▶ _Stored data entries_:
━━━━━━━━━━━━━━━━
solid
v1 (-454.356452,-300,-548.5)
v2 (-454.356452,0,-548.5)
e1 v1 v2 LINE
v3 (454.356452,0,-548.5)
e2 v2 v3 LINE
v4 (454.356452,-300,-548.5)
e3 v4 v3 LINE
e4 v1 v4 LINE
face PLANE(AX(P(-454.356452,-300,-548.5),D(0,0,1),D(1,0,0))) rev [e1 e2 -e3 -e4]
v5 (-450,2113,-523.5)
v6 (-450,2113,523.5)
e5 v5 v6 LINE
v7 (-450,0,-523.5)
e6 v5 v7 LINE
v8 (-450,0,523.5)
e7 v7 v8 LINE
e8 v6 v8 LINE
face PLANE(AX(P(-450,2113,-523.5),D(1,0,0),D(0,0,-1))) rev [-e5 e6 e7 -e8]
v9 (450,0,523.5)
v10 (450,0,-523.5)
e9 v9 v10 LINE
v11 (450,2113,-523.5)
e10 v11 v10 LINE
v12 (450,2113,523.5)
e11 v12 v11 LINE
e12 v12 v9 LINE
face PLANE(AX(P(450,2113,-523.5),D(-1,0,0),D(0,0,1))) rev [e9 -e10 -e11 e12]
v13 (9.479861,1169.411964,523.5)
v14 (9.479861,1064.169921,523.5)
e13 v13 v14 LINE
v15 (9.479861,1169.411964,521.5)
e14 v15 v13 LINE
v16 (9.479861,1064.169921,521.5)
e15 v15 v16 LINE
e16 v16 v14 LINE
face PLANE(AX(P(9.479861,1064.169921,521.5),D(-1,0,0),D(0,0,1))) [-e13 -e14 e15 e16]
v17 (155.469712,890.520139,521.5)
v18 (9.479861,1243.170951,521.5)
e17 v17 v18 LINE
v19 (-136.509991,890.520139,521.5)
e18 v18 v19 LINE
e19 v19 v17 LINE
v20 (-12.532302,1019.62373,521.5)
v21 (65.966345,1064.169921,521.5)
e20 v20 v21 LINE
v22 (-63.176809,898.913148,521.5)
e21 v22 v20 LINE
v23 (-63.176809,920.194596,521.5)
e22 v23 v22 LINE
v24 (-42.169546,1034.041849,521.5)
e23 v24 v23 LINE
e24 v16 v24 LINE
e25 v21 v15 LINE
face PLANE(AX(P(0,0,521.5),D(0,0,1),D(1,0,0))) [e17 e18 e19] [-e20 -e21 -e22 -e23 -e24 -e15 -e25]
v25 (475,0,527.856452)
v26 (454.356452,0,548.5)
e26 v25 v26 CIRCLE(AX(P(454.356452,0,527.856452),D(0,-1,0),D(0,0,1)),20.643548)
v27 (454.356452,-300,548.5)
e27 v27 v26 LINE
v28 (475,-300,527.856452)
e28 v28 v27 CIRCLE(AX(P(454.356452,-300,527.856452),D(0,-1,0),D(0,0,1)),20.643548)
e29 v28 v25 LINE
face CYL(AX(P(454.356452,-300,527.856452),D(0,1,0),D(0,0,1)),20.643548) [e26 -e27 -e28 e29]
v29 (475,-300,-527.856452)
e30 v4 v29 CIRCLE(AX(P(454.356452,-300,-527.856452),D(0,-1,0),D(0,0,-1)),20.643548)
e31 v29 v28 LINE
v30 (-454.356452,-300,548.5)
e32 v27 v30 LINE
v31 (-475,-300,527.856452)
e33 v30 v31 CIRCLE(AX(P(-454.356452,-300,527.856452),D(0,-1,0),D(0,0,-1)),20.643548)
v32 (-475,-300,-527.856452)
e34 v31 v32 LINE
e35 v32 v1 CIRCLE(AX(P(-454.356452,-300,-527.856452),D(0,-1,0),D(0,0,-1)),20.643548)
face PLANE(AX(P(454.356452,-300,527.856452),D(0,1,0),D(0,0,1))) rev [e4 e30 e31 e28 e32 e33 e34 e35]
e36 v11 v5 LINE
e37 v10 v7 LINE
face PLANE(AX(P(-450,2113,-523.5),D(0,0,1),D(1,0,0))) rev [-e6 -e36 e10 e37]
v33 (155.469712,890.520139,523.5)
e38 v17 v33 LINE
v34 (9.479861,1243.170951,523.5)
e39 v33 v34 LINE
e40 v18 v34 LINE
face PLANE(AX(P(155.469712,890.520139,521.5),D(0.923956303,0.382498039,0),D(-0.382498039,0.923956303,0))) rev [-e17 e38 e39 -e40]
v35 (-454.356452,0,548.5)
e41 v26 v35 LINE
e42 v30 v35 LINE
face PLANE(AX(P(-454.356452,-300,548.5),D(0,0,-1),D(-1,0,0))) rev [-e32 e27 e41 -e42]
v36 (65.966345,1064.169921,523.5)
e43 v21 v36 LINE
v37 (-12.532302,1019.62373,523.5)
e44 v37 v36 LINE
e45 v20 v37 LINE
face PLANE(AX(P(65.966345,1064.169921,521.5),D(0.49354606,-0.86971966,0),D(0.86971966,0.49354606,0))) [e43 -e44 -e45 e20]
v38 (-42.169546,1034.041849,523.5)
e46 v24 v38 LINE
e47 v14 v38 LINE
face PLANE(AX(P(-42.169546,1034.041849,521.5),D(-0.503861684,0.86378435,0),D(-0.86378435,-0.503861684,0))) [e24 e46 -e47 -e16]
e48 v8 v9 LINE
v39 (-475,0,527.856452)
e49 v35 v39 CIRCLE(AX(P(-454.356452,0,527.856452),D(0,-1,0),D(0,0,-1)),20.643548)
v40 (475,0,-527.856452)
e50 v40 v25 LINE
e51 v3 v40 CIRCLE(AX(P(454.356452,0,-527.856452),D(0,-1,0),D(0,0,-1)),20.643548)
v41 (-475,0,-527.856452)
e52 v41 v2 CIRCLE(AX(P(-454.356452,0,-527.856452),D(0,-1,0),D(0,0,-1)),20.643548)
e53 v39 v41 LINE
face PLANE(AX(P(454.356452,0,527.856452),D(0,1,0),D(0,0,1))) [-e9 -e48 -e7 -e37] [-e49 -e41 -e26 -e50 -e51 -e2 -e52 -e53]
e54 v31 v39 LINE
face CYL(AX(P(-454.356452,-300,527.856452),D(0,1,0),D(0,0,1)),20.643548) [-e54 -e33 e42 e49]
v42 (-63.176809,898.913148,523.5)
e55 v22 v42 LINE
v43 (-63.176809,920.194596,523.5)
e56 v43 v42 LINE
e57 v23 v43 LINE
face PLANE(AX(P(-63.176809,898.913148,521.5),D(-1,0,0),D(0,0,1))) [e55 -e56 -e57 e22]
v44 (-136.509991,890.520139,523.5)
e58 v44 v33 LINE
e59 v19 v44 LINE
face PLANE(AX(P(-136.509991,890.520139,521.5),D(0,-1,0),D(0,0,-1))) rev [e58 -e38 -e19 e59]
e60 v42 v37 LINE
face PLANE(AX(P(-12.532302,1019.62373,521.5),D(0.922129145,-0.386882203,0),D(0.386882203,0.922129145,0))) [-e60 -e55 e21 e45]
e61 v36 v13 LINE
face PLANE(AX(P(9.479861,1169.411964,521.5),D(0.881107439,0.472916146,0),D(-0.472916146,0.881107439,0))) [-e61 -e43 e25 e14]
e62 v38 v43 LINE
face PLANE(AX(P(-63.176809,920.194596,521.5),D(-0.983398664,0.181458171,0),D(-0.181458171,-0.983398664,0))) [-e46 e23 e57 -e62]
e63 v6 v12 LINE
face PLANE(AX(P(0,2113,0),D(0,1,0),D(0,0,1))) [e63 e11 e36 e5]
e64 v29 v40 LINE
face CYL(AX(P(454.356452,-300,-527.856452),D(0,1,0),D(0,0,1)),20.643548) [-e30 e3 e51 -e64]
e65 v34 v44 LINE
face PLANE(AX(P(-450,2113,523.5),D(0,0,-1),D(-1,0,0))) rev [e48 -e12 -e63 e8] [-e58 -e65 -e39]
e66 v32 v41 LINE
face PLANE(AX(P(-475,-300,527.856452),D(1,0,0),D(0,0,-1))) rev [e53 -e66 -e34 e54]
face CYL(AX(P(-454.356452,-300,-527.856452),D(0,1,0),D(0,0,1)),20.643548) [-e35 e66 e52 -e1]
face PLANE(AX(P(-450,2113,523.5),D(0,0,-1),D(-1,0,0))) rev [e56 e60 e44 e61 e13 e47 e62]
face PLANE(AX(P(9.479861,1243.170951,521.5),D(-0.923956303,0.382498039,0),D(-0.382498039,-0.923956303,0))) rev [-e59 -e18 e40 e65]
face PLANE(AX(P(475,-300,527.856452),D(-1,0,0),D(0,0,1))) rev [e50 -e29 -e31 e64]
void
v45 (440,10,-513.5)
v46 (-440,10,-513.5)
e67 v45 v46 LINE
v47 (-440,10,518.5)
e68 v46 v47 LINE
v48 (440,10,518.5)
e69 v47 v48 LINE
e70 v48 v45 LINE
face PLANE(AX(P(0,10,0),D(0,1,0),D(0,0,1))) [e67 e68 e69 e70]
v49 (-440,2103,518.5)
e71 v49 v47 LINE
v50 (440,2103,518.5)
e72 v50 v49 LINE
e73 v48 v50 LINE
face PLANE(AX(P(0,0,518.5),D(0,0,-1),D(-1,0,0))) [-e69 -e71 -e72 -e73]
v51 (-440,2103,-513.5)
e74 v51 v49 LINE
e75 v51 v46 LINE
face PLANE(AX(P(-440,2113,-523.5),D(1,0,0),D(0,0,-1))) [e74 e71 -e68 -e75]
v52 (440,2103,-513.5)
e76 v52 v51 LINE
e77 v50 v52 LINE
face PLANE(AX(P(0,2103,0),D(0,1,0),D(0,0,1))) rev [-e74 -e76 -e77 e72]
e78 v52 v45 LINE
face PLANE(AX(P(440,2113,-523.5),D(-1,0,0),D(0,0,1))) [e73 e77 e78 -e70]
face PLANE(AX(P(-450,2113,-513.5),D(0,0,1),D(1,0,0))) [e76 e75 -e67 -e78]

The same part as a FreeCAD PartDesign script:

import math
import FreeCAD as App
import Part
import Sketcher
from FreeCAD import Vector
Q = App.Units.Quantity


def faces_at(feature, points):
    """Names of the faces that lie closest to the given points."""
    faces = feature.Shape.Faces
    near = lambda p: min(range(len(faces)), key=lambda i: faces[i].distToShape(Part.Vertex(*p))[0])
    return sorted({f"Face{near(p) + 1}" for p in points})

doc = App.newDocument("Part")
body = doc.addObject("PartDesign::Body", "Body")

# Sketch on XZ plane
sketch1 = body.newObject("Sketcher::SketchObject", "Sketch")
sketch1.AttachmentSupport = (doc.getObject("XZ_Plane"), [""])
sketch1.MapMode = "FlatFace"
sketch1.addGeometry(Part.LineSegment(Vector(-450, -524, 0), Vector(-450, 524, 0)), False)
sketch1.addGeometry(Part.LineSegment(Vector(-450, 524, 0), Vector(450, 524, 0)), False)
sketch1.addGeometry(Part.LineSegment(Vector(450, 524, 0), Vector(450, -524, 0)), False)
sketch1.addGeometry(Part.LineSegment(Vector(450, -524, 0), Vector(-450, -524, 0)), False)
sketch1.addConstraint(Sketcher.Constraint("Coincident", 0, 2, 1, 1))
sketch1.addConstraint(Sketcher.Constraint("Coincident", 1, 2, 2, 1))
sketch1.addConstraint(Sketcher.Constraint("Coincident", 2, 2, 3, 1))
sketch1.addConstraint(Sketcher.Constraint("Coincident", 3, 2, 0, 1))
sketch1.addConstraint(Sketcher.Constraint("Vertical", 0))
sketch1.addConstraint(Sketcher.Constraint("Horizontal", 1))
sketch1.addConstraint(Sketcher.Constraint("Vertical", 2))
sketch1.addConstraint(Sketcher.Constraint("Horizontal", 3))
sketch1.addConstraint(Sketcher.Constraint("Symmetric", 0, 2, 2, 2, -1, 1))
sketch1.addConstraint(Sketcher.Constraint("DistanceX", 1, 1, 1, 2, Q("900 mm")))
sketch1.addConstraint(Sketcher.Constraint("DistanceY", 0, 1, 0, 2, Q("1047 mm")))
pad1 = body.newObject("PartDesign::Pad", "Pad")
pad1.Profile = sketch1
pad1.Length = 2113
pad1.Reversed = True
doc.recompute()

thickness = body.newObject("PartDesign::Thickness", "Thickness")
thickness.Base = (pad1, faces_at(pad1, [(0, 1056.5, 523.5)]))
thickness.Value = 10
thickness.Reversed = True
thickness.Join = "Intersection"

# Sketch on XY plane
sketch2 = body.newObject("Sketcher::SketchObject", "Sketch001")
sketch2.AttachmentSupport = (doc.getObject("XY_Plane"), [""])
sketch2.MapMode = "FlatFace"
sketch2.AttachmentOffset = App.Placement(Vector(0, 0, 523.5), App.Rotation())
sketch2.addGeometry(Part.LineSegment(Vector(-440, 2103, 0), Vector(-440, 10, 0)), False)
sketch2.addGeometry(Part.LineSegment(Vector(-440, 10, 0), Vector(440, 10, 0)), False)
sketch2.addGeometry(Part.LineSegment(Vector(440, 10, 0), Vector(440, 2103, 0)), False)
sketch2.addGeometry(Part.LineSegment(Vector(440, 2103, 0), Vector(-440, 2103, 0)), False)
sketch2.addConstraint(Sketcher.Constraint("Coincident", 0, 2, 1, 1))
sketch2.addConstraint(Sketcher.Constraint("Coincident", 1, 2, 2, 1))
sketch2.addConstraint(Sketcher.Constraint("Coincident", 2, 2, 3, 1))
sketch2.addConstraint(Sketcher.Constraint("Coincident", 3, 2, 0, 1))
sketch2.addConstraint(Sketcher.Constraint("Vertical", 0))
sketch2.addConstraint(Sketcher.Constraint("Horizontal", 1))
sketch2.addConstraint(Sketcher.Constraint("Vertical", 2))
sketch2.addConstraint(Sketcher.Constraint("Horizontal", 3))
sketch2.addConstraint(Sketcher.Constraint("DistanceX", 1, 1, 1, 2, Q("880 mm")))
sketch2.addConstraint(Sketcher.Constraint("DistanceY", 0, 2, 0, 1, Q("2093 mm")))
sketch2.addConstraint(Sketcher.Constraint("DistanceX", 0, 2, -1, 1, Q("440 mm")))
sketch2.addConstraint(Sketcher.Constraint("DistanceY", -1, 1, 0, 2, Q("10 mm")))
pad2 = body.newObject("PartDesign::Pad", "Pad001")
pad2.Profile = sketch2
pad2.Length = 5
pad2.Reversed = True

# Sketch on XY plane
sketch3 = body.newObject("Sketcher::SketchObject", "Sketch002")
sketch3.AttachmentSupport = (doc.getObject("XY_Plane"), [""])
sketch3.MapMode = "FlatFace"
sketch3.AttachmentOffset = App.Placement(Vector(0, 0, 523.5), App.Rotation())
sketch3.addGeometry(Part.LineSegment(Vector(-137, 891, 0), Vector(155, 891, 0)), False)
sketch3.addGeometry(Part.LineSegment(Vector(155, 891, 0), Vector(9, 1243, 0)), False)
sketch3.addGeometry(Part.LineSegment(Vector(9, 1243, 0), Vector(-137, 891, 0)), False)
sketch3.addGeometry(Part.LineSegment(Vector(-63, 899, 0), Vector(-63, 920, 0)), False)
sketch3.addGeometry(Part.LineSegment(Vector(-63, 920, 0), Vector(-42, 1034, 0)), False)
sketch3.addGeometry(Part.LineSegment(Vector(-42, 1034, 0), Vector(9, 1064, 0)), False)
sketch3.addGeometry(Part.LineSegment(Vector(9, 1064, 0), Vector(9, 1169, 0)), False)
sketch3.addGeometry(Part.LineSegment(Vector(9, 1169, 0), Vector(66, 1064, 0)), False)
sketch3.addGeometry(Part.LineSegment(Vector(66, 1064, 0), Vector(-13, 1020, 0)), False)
━━━━━━━━━━━━━━━━
▶ _Your goal_: Please restate only the opening stretch of the records above: every line from the first through the one containing "e8 v6 v8 LINE", exactly as written.

▶ _Result_:
solid
v1 (-454.356452,-300,-548.5)
v2 (-454.356452,0,-548.5)
e1 v1 v2 LINE
v3 (454.356452,0,-548.5)
e2 v2 v3 LINE
v4 (454.356452,-300,-548.5)
e3 v4 v3 LINE
e4 v1 v4 LINE
face PLANE(AX(P(-454.356452,-300,-548.5),D(0,0,1),D(1,0,0))) rev [e1 e2 -e3 -e4]
v5 (-450,2113,-523.5)
v6 (-450,2113,523.5)
e5 v5 v6 LINE
v7 (-450,0,-523.5)
e6 v5 v7 LINE
v8 (-450,0,523.5)
e7 v7 v8 LINE
e8 v6 v8 LINE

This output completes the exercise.